WHAT YOU ARE ASKED TO DO:
In the records below, find the line that contains "#49=EDGE_CURVE('',#45,#45,#48,.T.);" and the line that contains "#4=PRODUCT_DEFINITION_FORMATION('','',#3);". Set down exactly those lines and every line between them, and nothing more.

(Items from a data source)
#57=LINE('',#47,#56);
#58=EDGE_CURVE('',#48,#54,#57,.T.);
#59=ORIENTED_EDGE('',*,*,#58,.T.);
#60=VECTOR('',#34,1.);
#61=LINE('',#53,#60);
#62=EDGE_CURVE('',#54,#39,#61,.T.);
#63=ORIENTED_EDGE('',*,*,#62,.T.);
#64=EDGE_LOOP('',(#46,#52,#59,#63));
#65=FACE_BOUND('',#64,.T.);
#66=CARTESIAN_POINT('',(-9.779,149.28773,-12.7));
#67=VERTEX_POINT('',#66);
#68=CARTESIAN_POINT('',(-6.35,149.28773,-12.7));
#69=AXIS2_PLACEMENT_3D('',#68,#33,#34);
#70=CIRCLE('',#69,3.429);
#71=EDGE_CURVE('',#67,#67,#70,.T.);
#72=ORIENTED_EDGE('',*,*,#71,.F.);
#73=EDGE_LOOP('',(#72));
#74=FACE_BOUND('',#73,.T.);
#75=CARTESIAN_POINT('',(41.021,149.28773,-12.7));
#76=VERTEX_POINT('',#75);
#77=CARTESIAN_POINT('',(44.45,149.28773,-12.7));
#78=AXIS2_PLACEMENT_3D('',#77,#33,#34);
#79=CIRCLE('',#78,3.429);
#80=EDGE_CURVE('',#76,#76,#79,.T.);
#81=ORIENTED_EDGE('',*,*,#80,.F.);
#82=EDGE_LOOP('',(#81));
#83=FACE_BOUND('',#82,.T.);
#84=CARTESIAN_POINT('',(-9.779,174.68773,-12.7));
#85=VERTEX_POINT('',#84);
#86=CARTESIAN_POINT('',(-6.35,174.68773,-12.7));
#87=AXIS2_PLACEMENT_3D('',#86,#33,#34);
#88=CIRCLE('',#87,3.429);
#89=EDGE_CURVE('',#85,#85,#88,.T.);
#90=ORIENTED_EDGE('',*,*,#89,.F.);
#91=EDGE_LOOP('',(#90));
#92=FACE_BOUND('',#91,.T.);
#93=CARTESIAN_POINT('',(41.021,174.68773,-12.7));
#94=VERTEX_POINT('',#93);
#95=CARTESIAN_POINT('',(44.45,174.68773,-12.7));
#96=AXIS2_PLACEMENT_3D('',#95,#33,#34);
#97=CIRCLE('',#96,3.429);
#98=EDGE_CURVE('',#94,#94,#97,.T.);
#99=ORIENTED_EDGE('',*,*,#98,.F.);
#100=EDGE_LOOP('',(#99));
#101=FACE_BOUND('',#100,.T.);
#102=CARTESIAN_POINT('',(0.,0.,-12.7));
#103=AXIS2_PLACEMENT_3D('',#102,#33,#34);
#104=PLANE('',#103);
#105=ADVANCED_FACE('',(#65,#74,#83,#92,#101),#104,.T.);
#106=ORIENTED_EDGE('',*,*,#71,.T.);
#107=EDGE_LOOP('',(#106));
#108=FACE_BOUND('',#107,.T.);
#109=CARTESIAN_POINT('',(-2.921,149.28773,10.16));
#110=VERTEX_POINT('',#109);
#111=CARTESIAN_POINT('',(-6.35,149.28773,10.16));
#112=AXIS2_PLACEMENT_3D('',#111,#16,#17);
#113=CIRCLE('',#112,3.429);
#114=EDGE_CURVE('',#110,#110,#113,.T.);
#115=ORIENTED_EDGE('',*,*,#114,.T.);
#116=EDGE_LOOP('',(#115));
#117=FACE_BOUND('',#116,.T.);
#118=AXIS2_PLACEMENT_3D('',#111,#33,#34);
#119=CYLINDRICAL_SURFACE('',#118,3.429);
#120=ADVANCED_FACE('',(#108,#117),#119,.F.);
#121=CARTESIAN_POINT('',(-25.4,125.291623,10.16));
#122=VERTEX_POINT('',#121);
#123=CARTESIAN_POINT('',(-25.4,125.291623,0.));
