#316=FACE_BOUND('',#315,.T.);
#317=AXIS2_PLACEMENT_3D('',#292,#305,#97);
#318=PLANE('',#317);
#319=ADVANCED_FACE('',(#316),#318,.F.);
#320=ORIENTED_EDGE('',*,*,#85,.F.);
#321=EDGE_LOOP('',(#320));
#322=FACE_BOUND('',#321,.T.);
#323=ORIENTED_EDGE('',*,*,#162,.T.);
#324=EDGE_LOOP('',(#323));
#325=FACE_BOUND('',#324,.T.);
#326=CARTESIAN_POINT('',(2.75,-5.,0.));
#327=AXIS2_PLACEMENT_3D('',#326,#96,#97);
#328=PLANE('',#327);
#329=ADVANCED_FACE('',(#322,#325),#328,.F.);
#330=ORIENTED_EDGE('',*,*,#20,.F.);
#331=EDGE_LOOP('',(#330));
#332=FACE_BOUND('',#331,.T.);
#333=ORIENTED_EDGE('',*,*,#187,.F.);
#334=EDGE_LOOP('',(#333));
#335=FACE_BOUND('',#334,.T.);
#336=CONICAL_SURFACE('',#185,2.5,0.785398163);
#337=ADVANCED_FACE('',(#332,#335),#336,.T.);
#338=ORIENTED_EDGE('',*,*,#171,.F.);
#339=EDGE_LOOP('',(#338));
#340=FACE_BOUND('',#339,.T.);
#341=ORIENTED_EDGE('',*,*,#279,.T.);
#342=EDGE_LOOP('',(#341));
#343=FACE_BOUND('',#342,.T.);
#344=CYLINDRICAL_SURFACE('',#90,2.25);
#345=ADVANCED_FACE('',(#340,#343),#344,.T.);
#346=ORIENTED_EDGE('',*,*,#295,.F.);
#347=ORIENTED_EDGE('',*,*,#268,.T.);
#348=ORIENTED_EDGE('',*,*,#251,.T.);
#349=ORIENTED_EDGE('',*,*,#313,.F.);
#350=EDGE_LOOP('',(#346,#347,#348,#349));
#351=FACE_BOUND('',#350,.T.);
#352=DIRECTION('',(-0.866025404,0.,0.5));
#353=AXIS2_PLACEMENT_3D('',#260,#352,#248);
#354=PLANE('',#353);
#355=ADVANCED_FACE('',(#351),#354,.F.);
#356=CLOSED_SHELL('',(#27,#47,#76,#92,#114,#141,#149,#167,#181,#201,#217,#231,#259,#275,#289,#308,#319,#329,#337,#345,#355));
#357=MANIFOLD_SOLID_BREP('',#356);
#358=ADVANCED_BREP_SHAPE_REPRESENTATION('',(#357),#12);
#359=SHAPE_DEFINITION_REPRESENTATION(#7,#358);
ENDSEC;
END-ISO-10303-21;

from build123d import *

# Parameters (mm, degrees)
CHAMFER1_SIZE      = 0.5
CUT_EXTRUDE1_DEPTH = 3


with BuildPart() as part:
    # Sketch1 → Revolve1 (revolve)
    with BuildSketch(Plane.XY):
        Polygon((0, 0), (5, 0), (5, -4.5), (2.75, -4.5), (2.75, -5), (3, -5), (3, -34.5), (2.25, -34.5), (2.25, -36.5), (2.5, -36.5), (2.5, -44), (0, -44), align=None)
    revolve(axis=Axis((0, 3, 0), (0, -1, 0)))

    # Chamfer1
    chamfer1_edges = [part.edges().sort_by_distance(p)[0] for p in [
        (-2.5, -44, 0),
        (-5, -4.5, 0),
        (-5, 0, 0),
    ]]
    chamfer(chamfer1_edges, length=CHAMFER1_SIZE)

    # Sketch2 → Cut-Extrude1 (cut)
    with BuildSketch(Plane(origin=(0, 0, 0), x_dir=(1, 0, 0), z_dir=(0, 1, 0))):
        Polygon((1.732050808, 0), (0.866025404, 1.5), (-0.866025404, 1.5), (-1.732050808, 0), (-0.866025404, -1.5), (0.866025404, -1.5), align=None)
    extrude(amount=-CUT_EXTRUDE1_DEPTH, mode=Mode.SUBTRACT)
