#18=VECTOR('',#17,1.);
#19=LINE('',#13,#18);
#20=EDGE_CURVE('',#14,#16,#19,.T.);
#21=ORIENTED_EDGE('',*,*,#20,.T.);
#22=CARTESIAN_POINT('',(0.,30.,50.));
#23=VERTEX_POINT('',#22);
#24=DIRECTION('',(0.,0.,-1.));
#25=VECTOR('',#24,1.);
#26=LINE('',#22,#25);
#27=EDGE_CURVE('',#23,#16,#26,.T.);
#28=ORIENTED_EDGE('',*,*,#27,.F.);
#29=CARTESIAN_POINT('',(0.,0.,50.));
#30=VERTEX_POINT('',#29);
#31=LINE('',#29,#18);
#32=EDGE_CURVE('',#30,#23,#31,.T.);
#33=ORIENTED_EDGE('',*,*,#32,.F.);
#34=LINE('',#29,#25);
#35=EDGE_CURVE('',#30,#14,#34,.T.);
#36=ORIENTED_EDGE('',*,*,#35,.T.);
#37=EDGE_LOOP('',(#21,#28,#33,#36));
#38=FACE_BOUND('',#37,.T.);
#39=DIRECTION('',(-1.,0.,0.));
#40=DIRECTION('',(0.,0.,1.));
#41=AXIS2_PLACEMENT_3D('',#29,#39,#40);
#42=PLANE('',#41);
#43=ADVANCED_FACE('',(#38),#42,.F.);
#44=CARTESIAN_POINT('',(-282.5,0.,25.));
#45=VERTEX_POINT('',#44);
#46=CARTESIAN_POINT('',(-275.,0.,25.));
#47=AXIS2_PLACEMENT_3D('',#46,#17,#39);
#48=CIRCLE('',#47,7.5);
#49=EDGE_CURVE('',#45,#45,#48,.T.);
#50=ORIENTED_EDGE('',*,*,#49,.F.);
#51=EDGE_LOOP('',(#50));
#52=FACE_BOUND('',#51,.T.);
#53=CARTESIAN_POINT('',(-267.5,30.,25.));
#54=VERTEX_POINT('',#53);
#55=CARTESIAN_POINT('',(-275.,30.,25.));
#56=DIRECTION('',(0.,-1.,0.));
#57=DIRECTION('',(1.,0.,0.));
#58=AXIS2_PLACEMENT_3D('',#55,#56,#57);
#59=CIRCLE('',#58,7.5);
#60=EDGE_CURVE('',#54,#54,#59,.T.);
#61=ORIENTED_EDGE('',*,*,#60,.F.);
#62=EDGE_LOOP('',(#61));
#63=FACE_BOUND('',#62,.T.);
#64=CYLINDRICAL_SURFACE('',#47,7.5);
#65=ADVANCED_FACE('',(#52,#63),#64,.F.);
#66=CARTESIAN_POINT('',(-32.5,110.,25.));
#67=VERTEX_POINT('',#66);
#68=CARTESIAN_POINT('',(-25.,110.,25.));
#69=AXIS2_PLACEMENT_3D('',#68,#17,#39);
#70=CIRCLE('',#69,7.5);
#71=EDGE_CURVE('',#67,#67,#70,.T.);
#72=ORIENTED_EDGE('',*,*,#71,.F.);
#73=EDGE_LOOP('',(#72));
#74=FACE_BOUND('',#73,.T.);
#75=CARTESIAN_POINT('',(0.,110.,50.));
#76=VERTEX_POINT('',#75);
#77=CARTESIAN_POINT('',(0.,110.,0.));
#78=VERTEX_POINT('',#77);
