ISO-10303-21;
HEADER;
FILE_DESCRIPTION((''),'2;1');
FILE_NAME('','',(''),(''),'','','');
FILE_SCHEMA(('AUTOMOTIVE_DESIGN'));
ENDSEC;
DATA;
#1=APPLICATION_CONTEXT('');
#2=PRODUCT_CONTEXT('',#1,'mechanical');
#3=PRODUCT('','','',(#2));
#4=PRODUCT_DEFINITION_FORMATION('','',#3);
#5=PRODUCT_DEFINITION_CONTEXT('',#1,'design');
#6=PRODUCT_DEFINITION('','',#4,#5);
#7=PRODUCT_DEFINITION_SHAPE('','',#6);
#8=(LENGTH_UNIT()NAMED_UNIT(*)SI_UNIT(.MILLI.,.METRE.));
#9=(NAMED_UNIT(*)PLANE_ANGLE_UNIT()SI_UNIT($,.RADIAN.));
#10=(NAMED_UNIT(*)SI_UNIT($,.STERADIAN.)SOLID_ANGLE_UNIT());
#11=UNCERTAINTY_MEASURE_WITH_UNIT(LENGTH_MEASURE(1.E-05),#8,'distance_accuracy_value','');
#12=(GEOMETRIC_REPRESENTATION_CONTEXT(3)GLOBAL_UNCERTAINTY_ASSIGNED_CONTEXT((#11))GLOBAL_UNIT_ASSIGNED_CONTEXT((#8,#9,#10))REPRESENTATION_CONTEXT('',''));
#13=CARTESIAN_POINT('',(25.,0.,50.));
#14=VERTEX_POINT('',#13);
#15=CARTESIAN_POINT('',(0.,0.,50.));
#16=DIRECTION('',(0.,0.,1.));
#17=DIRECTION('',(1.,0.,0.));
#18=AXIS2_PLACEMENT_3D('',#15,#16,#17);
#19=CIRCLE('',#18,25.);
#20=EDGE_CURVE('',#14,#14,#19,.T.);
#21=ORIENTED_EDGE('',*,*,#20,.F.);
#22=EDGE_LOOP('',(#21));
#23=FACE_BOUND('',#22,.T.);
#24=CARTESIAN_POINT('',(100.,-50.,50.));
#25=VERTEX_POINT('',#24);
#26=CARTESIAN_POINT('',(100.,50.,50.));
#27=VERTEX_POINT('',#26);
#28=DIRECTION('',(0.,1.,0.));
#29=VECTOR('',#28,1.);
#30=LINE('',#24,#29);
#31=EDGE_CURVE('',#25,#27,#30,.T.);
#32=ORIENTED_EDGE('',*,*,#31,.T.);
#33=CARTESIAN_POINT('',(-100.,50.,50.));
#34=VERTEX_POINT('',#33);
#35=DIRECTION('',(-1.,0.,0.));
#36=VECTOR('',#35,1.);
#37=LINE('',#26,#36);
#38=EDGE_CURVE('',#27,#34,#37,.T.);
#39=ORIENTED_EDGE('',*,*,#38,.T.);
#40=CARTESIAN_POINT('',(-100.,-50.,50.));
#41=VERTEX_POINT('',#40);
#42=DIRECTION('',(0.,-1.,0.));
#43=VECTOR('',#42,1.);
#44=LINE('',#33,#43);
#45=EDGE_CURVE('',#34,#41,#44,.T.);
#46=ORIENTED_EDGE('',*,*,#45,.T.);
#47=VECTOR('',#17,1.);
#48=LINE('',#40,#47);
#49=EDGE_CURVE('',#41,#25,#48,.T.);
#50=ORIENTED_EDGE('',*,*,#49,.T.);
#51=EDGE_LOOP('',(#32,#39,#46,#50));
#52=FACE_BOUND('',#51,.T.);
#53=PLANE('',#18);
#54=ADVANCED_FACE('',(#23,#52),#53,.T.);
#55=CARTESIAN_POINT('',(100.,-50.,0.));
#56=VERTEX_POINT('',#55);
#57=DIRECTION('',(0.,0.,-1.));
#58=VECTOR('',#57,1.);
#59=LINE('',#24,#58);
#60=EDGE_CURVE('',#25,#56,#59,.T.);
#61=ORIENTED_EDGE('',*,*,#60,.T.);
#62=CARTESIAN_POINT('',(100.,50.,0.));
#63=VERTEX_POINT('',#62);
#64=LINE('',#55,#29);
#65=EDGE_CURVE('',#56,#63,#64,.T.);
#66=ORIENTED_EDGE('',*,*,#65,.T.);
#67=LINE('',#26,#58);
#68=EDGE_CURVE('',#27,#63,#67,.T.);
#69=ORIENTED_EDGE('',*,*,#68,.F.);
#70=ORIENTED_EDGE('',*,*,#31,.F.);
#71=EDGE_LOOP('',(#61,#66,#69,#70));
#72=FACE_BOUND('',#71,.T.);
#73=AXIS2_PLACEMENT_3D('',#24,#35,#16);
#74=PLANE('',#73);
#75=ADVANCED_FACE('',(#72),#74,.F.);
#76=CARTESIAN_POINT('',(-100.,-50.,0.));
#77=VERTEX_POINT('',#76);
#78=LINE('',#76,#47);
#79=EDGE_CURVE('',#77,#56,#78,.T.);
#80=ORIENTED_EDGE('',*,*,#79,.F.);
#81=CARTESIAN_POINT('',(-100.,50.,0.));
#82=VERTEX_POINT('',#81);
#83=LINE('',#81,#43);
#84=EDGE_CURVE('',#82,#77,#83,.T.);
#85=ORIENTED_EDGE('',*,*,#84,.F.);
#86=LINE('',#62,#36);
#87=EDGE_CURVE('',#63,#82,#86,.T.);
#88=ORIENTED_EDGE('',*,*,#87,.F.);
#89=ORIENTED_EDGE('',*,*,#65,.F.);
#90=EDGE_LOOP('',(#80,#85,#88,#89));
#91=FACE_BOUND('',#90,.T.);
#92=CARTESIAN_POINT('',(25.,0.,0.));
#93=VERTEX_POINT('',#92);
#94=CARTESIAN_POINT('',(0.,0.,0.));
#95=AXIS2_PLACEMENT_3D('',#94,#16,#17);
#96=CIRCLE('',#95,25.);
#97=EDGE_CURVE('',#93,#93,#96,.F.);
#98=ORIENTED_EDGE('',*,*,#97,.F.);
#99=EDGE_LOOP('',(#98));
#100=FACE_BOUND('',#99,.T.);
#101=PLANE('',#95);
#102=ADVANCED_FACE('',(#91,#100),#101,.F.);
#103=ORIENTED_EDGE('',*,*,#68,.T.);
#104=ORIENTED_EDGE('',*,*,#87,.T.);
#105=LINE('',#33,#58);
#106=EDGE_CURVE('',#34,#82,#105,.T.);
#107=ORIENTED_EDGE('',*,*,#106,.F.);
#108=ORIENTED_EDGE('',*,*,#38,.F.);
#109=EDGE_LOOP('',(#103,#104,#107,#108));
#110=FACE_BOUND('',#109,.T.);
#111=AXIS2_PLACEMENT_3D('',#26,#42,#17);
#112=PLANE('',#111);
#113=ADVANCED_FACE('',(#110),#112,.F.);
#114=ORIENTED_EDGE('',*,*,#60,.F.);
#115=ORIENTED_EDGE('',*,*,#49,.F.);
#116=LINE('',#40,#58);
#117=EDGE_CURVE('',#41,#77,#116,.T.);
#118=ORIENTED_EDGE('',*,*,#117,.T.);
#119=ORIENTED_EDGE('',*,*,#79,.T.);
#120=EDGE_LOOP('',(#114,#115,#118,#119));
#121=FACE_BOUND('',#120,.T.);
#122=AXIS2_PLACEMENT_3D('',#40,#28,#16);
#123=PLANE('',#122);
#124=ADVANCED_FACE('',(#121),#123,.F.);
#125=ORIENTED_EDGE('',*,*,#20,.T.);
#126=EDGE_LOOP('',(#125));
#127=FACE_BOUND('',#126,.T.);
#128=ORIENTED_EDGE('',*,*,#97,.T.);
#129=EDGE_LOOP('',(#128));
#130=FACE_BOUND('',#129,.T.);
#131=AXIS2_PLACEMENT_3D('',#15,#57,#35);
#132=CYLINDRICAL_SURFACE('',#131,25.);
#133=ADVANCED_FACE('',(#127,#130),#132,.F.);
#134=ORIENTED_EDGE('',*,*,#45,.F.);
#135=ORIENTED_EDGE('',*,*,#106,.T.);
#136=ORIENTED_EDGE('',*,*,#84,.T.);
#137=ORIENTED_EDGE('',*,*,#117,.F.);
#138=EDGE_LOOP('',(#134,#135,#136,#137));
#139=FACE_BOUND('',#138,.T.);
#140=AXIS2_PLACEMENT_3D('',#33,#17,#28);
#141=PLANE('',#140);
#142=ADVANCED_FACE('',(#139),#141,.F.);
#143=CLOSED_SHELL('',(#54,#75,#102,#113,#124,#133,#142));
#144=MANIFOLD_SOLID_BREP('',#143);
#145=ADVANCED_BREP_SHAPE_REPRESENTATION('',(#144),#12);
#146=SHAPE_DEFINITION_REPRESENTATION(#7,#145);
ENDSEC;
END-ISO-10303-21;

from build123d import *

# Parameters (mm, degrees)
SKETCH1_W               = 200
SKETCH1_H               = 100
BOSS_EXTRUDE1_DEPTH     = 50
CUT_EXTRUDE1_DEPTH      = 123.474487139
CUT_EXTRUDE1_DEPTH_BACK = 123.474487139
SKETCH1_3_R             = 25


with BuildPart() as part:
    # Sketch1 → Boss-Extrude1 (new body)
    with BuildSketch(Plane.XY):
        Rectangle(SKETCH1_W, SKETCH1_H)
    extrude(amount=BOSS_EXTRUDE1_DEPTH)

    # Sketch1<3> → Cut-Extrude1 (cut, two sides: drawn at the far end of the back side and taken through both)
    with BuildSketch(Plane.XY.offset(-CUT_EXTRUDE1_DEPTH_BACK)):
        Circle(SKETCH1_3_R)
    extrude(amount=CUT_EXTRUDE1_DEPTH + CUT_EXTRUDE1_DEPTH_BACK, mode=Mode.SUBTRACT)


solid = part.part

TASK SOLUTION:
#49=EDGE_CURVE('',#45,#45,#48,.T.);
#50=ORIENTED_EDGE('',*,*,#49,.F.);
#51=EDGE_LOOP('',(#50));
#52=FACE_BOUND('',#51,.T.);
#53=CARTESIAN_POINT('',(-267.5,30.,25.));
#54=VERTEX_POINT('',#53);
#55=CARTESIAN_POINT('',(-275.,30.,25.));
#56=DIRECTION('',(0.,-1.,0.));
#57=DIRECTION('',(1.,0.,0.));
#58=AXIS2_PLACEMENT_3D('',#55,#56,#57);
#59=CIRCLE('',#58,7.5);
#60=EDGE_CURVE('',#54,#54,#59,.T.);
#61=ORIENTED_EDGE('',*,*,#60,.F.);
#62=EDGE_LOOP('',(#61));
#63=FACE_BOUND('',#62,.T.);
#64=CYLINDRICAL_SURFACE('',#47,7.5);
#65=ADVANCED_FACE('',(#52,#63),#64,.F.);
#66=CARTESIAN_POINT('',(-32.5,110.,25.));
#67=VERTEX_POINT('',#66);
#68=CARTESIAN_POINT('',(-25.,110.,25.));
#69=AXIS2_PLACEMENT_3D('',#68,#17,#39);
#70=CIRCLE('',#69,7.5);
#71=EDGE_CURVE('',#67,#67,#70,.T.);
#72=ORIENTED_EDGE('',*,*,#71,.F.);
#73=EDGE_LOOP('',(#72));
#74=FACE_BOUND('',#73,.T.);
#75=CARTESIAN_POINT('',(0.,110.,50.));
#76=VERTEX_POINT('',#75);
#77=CARTESIAN_POINT('',(0.,110.,0.));
#78=VERTEX_POINT('',#77);
ISO-10303-21;
HEADER;
FILE_DESCRIPTION((''),'2;1');
FILE_NAME('','',(''),(''),'','','');
FILE_SCHEMA(('AUTOMOTIVE_DESIGN'));
ENDSEC;
DATA;
#1=APPLICATION_CONTEXT('');
#2=PRODUCT_CONTEXT('',#1,'mechanical');
#3=PRODUCT('','','',(#2));
#4=PRODUCT_DEFINITION_FORMATION('','',#3);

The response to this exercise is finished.